Lightfoot urged her allies to vote against that measure. In addition, Lightfoot’s allies blocked a proposal authored by Ald. Andre Vasquez (40th Ward) that would have required CTA President Dorval Carter to testify four times a year before the City Council.

Lightfoot told reporters Wednesday that it was “important for members of the City Council to have an opportunity to hear from the CEOs of the sister agencies” but did not answer a question about why she blocked previous efforts to require those appearances.

Martinez, appointed by Lightfoot in September 2021 to lead the Chicago Public Schools, has never answered questions during a City Council meeting.

In addition to Carter and Martinez, Chicago Housing Authority Executive Director Tracey Scott, City Colleges of Chicago Chancellor Juan Salgado and Chicago Park District Superintendent Rosa Escareño will testify every three months about the operations of their agencies, as will officials said.

Scott was appointed by Lightfoot in 2020 to lead the CHA, while Salgado has led the City Colleges since 2017, when he was appointed by former Mayor Rahm Emanuel. Neither Scott nor Salgado have ever testified in front of a City Council committee.

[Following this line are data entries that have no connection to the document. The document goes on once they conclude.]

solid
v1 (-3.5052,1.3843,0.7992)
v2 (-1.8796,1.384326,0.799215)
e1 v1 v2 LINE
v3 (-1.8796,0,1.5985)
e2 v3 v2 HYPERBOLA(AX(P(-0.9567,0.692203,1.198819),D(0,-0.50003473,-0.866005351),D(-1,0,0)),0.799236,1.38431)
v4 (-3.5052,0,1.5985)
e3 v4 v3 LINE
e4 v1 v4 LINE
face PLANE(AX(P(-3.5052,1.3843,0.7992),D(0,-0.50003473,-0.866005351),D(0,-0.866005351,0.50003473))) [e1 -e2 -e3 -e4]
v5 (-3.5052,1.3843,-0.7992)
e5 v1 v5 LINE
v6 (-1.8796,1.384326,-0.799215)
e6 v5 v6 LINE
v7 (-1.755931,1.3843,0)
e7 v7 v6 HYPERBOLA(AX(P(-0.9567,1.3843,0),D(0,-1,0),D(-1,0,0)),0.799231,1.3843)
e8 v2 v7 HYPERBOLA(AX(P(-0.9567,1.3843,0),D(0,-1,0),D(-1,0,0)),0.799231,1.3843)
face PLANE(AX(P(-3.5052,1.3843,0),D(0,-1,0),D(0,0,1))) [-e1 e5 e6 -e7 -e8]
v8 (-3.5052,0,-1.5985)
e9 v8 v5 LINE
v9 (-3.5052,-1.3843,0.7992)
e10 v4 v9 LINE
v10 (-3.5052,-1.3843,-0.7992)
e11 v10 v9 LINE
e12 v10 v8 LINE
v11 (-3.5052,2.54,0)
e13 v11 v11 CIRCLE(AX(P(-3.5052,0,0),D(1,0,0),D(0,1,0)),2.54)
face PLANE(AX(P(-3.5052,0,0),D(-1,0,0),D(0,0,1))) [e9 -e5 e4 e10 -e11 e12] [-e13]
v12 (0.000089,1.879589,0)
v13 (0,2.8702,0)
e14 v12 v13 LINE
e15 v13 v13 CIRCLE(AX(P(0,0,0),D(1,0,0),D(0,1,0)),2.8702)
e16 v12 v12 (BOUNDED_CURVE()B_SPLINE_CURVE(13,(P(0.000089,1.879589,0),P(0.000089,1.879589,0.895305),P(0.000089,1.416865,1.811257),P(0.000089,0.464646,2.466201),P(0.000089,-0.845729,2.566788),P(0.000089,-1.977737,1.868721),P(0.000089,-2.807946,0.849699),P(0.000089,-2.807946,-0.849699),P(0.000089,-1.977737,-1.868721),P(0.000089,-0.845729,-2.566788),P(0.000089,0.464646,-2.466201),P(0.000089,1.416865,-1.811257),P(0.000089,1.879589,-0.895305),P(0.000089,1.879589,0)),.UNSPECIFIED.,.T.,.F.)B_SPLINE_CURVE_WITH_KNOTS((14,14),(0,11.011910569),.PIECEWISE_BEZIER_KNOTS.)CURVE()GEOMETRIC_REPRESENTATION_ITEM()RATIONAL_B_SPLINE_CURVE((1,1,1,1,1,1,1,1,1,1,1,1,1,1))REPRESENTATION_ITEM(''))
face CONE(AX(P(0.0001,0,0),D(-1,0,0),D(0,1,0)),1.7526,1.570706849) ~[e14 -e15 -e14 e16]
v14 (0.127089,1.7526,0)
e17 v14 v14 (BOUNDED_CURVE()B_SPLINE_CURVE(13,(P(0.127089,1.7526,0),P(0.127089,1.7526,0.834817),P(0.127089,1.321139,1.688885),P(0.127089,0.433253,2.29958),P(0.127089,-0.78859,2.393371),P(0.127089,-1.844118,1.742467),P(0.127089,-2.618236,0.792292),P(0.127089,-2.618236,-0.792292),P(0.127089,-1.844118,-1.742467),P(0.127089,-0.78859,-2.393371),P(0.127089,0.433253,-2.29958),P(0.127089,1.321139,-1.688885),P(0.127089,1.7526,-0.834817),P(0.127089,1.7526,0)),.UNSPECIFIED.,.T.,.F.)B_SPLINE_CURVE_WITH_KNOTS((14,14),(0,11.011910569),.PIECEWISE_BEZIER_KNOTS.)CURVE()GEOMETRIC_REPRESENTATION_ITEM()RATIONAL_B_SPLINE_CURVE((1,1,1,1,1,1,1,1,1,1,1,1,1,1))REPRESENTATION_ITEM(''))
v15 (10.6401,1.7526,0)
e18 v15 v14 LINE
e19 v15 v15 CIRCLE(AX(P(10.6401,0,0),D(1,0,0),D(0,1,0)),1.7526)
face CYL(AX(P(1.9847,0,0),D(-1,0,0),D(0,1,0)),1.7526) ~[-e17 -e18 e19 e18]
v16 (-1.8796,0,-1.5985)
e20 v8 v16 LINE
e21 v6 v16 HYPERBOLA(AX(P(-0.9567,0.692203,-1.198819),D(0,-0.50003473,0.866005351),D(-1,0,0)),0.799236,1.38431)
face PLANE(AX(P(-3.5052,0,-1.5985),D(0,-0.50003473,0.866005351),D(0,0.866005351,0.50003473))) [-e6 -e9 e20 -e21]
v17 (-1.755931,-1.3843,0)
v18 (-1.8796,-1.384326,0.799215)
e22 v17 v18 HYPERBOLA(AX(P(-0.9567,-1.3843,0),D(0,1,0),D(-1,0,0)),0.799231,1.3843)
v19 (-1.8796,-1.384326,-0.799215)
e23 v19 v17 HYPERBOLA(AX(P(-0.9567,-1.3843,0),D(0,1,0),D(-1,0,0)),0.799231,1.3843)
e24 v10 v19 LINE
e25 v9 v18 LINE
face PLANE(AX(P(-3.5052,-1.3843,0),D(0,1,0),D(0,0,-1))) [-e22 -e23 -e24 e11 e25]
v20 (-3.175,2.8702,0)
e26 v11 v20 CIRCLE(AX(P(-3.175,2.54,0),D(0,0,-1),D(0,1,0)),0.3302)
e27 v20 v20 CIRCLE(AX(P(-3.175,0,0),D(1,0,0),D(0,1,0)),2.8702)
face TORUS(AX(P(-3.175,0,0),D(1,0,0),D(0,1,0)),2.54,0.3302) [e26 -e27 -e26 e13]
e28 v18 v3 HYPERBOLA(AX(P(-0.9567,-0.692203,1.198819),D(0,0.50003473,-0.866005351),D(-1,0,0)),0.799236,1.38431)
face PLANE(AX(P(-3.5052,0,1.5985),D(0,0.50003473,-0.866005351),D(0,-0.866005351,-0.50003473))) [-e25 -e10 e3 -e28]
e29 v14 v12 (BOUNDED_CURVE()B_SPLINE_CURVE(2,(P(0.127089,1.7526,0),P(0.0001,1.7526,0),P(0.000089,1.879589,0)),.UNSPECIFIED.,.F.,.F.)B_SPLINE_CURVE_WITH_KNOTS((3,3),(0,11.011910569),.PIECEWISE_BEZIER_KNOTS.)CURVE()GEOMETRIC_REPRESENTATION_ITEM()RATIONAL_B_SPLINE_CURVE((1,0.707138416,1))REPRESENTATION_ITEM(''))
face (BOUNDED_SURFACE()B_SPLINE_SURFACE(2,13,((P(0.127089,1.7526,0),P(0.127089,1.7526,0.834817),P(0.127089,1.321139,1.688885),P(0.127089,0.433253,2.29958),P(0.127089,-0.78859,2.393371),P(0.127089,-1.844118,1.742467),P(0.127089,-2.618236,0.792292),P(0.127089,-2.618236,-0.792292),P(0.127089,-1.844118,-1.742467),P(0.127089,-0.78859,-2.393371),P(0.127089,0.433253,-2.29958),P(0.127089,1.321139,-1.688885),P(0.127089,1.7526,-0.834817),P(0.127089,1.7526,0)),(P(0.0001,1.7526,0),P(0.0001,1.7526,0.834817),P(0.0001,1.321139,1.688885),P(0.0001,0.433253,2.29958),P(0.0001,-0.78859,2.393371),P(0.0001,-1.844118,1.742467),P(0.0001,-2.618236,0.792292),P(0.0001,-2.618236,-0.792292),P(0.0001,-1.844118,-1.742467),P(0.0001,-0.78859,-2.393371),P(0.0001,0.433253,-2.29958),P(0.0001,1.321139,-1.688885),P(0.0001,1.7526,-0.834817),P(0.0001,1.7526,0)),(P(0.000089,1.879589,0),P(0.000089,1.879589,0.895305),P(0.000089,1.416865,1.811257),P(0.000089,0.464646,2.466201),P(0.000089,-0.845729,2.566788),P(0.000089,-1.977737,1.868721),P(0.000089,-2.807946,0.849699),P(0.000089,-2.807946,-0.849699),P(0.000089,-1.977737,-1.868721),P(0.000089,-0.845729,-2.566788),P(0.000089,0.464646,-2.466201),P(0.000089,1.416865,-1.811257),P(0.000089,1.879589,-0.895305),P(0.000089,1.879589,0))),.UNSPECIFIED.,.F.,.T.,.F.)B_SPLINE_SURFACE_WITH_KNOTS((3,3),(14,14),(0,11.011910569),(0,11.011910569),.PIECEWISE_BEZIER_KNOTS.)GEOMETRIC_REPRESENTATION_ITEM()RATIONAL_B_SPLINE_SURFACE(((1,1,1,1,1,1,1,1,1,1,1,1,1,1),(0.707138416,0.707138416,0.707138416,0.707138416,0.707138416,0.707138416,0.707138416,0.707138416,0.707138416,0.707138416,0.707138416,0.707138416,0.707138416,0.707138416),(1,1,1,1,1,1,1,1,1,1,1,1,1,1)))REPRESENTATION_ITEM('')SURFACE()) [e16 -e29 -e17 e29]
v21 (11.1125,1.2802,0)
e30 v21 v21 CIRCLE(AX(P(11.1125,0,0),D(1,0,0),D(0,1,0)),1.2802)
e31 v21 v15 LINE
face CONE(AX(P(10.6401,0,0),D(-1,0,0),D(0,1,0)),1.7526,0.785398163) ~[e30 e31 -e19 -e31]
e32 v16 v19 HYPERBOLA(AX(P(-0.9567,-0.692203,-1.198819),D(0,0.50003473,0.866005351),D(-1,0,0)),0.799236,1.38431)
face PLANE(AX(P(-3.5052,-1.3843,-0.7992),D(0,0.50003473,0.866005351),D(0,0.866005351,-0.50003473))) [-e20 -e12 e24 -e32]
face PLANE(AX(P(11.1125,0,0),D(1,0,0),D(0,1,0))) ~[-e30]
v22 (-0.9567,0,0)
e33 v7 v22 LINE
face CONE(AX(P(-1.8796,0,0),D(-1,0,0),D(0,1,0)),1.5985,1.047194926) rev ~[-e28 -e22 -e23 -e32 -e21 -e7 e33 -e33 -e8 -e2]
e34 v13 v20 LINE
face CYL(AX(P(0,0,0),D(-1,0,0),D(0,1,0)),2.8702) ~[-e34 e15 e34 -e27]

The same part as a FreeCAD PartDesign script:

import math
import FreeCAD as App
import Part
import Sketcher

V = App.Vector
Q = App.Units.Quantity


def edges_at(feature, points):
    """Names of the edges that pass closest to the given points."""
    edges = feature.Shape.Edges
    near = lambda p: min(range(len(edges)), key=lambda i: edges[i].distToShape(Part.Vertex(*p))[0])
    return sorted({f"Edge{near(p) + 1}" for p in points})


def add_polygon(sketch, points):
    """Adds a closed chain of lines whose ends are joined by coincident constraints."""
    first, n = sketch.GeometryCount, len(points)
    for a, b in zip(points, points[1:] + points[:1]):
        sketch.addGeometry(Part.LineSegment(App.Vector(*a, 0), App.Vector(*b, 0)), False)
    for i in range(n):
        sketch.addConstraint(Sketcher.Constraint("Coincident", first + i, 2, first + (i + 1) % n, 1))

doc = App.newDocument("Part")
params = doc.addObject("Spreadsheet::Sheet", "Params")
for row, (alias, value) in enumerate([
    ("sketch1_width", "0.4375 in"),
    ("sketch1_width2", "0.138 in"),
    ("sketch1_width3", "0.064 in"),
    ("sketch1_height", "0.069 in"),
    ("sketch1_height2", "0.044 in"),
    ("revolution_angle", "360 deg"),
    ("pad1_length", "1.7493 mm"),
    ("fillet_radius", "0.013 in"),
    ("chamfer_size", "0.0185984 in"),
    ("chamfer_size2", "0.0185984 in"),
    ("fillet2_radius", "0.005 in"),
], start=1):
    params.set(f"A{row}", alias)
    params.set(f"B{row}", "=" + value)
    params.setAlias(f"B{row}", alias)

body = doc.addObject("PartDesign::Body", "Body")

Escareño, who was tapped by Lightfoot to lead the scandal-plagued Chicago Park District in October 2021, has never publicly fielded questions from members of the City Council as the CEO of the Park District. Escareño frequently testified before City Council committees when she led the city’s Business Affairs and Consumer Protection Department from 2017 to 2021.

City Council members began ratcheting up efforts to exercise their oversight authority over the city's sister agencies, whose leaders are appointed by the mayor and funded by hundreds of millions of dollars from Chicagoans’ taxes after Carter declined to appear at a September Transportation Committee hearing about the CTA’s unreliable, dirty and unsafe buses and trains.